2021 Guidelines for Treating Sagittal Craniosynostosis

The following outlines the latest evidence and recommendations from the 2021 update to the treatment guidelines for craniosynostosis, published in the Journal of Craniofacial Surgery (Updated Guideline on Treatment and Management of Craniosynostosis. J Craniofac Surg 2021 Jan-Feb 01;32(1):371-450. Available at www.ncbi.nlm.nih.gov/pmc/articles/PMC7769187/).

Should Surgery Be Performed for Sagittal Craniosynostosis?

The literature review does not clearly discuss surgical indications for sagittal craniosynostosis. Whether surgery is needed should be determined based on specialist advice.

According to most specialists, since sagittal craniosynostosis does not improve head shape with age, surgical correction is recommended.

Many parents of affected children opt for surgery after considering factors like aesthetic outcomes, neurocognitive function, and vision.

Only surgery can improve appearance, reduce risks of neurocognitive issues, and lower chances of vision problems.

Options for Surgery: Partial or Total Cranial Reshaping?

Current studies show that minimally invasive cranial surgery involves less blood loss, fewer transfusions, shorter procedures, shorter hospital stays, and similar aesthetic results compared to total cranial reshaping.

Minimally invasive options include endoscopic surgery (requiring a helmet post-operation) or spring-assisted expansion, depending on surgeon preference and experience.

Research on aesthetics for minimally invasive surgery versus total reshaping is limited to one year post-operation. Long-term studies (e.g., five years) lack sufficient evidence, with no comparisons of future neurocognitive or visual issues.

Minimally invasive surgery should be done before the baby is six months old, as shaping becomes harder after that age.

Total cranial surgery must be performed after six months, due to potential skull development risks.

The current recommendation is minimally invasive surgery before 5.5 months, and total surgery after six months.

Optimal Timing for Surgery in Sagittal Craniosynostosis

One study indicates that infants with sagittal craniosynostosis are most likely to develop optic disc edema (indicating increased intracranial pressure), suggesting surgery before six months.

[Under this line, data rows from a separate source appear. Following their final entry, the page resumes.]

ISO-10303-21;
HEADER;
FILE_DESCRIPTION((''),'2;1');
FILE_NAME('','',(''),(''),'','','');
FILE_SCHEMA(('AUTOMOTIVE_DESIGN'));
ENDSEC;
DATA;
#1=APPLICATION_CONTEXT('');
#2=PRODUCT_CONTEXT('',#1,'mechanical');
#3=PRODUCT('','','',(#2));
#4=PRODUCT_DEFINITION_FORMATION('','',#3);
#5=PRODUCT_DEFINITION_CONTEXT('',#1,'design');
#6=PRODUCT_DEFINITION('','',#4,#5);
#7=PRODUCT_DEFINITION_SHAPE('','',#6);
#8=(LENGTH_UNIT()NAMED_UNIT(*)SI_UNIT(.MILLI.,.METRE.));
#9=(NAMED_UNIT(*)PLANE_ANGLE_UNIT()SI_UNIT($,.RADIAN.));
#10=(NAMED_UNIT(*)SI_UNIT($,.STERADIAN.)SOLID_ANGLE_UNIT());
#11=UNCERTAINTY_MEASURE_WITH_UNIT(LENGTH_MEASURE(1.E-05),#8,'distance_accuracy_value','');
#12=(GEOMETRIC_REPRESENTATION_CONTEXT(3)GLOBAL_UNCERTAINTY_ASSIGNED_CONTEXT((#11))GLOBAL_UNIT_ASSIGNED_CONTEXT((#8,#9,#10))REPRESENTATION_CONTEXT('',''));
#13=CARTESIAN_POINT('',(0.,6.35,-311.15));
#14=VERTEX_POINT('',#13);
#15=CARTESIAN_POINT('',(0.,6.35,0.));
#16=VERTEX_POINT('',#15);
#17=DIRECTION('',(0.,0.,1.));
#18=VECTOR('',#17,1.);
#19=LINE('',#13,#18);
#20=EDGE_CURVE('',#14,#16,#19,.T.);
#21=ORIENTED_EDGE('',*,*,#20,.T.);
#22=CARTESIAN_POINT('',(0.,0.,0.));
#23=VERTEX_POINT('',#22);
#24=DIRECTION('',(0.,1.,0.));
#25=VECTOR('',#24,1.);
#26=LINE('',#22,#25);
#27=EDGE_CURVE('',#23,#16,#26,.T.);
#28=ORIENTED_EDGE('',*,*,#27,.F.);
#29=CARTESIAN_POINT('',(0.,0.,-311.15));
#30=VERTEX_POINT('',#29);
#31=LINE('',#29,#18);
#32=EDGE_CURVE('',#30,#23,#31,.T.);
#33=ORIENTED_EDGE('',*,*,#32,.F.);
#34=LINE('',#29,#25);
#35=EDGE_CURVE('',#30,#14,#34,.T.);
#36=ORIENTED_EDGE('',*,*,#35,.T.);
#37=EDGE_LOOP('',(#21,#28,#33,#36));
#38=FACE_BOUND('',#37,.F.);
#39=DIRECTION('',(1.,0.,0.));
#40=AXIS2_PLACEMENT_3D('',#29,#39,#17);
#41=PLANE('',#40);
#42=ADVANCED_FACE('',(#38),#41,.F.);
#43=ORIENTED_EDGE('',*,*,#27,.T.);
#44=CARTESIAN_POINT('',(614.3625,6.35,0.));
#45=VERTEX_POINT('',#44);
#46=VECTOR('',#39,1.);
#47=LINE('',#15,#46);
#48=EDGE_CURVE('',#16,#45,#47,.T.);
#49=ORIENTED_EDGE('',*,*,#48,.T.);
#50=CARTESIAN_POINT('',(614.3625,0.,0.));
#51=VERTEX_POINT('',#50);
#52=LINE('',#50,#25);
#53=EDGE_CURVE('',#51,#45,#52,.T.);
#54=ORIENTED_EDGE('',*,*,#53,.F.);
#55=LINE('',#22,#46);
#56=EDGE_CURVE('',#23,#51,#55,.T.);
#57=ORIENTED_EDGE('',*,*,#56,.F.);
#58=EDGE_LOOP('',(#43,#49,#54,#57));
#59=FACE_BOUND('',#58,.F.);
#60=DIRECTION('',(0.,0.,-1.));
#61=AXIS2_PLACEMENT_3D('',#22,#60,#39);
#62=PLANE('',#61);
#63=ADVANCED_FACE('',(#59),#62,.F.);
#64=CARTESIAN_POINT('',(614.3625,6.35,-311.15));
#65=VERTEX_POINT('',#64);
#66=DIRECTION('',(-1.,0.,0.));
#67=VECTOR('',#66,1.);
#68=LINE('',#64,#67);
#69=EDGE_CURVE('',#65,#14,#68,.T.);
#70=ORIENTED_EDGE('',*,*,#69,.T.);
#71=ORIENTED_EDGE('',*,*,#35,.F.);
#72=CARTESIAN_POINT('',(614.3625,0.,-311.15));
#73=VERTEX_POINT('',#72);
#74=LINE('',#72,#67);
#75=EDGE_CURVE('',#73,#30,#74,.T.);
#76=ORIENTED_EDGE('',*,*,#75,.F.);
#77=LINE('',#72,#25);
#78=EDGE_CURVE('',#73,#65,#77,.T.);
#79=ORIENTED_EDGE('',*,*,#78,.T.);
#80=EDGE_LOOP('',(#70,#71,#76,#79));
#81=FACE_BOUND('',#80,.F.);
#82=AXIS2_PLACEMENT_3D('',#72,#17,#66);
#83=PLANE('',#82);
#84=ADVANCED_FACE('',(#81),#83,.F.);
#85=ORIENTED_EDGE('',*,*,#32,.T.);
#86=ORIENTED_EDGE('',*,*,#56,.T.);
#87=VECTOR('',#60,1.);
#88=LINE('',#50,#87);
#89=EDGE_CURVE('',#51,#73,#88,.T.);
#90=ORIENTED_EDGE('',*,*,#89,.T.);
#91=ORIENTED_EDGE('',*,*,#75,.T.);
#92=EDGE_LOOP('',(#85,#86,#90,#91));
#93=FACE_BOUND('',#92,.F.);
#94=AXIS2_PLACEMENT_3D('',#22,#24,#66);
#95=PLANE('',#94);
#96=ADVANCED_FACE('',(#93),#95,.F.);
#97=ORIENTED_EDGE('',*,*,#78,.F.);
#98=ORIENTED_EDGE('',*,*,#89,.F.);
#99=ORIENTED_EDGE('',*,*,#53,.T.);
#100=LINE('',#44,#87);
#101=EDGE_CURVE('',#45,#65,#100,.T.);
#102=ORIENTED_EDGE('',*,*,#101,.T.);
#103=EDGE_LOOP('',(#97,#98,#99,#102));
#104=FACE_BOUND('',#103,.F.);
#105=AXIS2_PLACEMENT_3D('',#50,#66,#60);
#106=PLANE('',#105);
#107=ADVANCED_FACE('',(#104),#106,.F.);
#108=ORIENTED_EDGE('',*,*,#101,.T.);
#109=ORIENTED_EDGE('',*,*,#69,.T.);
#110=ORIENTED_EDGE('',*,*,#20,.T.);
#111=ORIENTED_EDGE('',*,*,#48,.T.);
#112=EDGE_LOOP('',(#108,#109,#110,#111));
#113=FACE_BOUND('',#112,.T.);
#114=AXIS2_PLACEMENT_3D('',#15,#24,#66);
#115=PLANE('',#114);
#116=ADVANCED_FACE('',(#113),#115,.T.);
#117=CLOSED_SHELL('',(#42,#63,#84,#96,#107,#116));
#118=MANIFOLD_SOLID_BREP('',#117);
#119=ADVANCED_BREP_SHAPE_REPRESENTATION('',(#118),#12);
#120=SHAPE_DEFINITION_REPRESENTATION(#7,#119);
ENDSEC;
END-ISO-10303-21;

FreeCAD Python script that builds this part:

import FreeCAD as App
import Part
import Sketcher
Q = App.Units.Quantity

doc = App.newDocument("Part")
body = doc.addObject("PartDesign::Body", "Body")

sketch1 = body.newObject("Sketcher::SketchObject", "Sketch")
sketch1.AttachmentSupport = (doc.getObject("XZ_Plane"), [""])
sketch1.MapMode = "FlatFace"
sketch1.addGeometry(Part.LineSegment(App.Vector(0, -311, 0), App.Vector(0, 0, 0)), False)
sketch1.addGeometry(Part.LineSegment(App.Vector(0, 0, 0), App.Vector(614, 0, 0)), False)
sketch1.addGeometry(Part.LineSegment(App.Vector(614, 0, 0), App.Vector(614, -311, 0)), False)
sketch1.addGeometry(Part.LineSegment(App.Vector(614, -311, 0), App.Vector(0, -311, 0)), False)
sketch1.addConstraint(Sketcher.Constraint("Coincident", 0, 2, 1, 1))
sketch1.addConstraint(Sketcher.Constraint("Coincident", 1, 2, 2, 1))
sketch1.addConstraint(Sketcher.Constraint("Coincident", 2, 2, 3, 1))
sketch1.addConstraint(Sketcher.Constraint("Coincident", 3, 2, 0, 1))
sketch1.addConstraint(Sketcher.Constraint("Vertical", 0))
sketch1.addConstraint(Sketcher.Constraint("Horizontal", 1))
sketch1.addConstraint(Sketcher.Constraint("Vertical", 2))
sketch1.addConstraint(Sketcher.Constraint("Horizontal", 3))
sketch1.addConstraint(Sketcher.Constraint("Coincident", 0, 2, -1, 1))
sketch1.addConstraint(Sketcher.Constraint("DistanceY", 0, 1, 0, 2, Q("12.25 in")))
sketch1.addConstraint(Sketcher.Constraint("DistanceX", 1, 1, 1, 2, Q("24.1875 in")))
pad1 = body.newObject("PartDesign::Pad", "Pad")
pad1.Profile = sketch1
pad1.Length = Q("0.25 in")
pad1.Reversed = True

doc.recompute()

However, this is based on a single study, so evidence is limited.

The rationale for early surgery is that risks of optic disc edema increase with age, so guidelines recommend surgery before six months if possible.

Monitoring Sagittal Craniosynostosis

Monitoring is essential, regardless of surgery.

Perform annual fundoscopy for optic disc edema or OCT until age 6.

Studies show optic disc edema in children with sagittal craniosynostosis before age 9, most commonly between 3 and 6.

Based on this, annual checks for optic disc edema or OCT are needed until age 6, with further monitoring only if required afterward, as risks decrease after that age.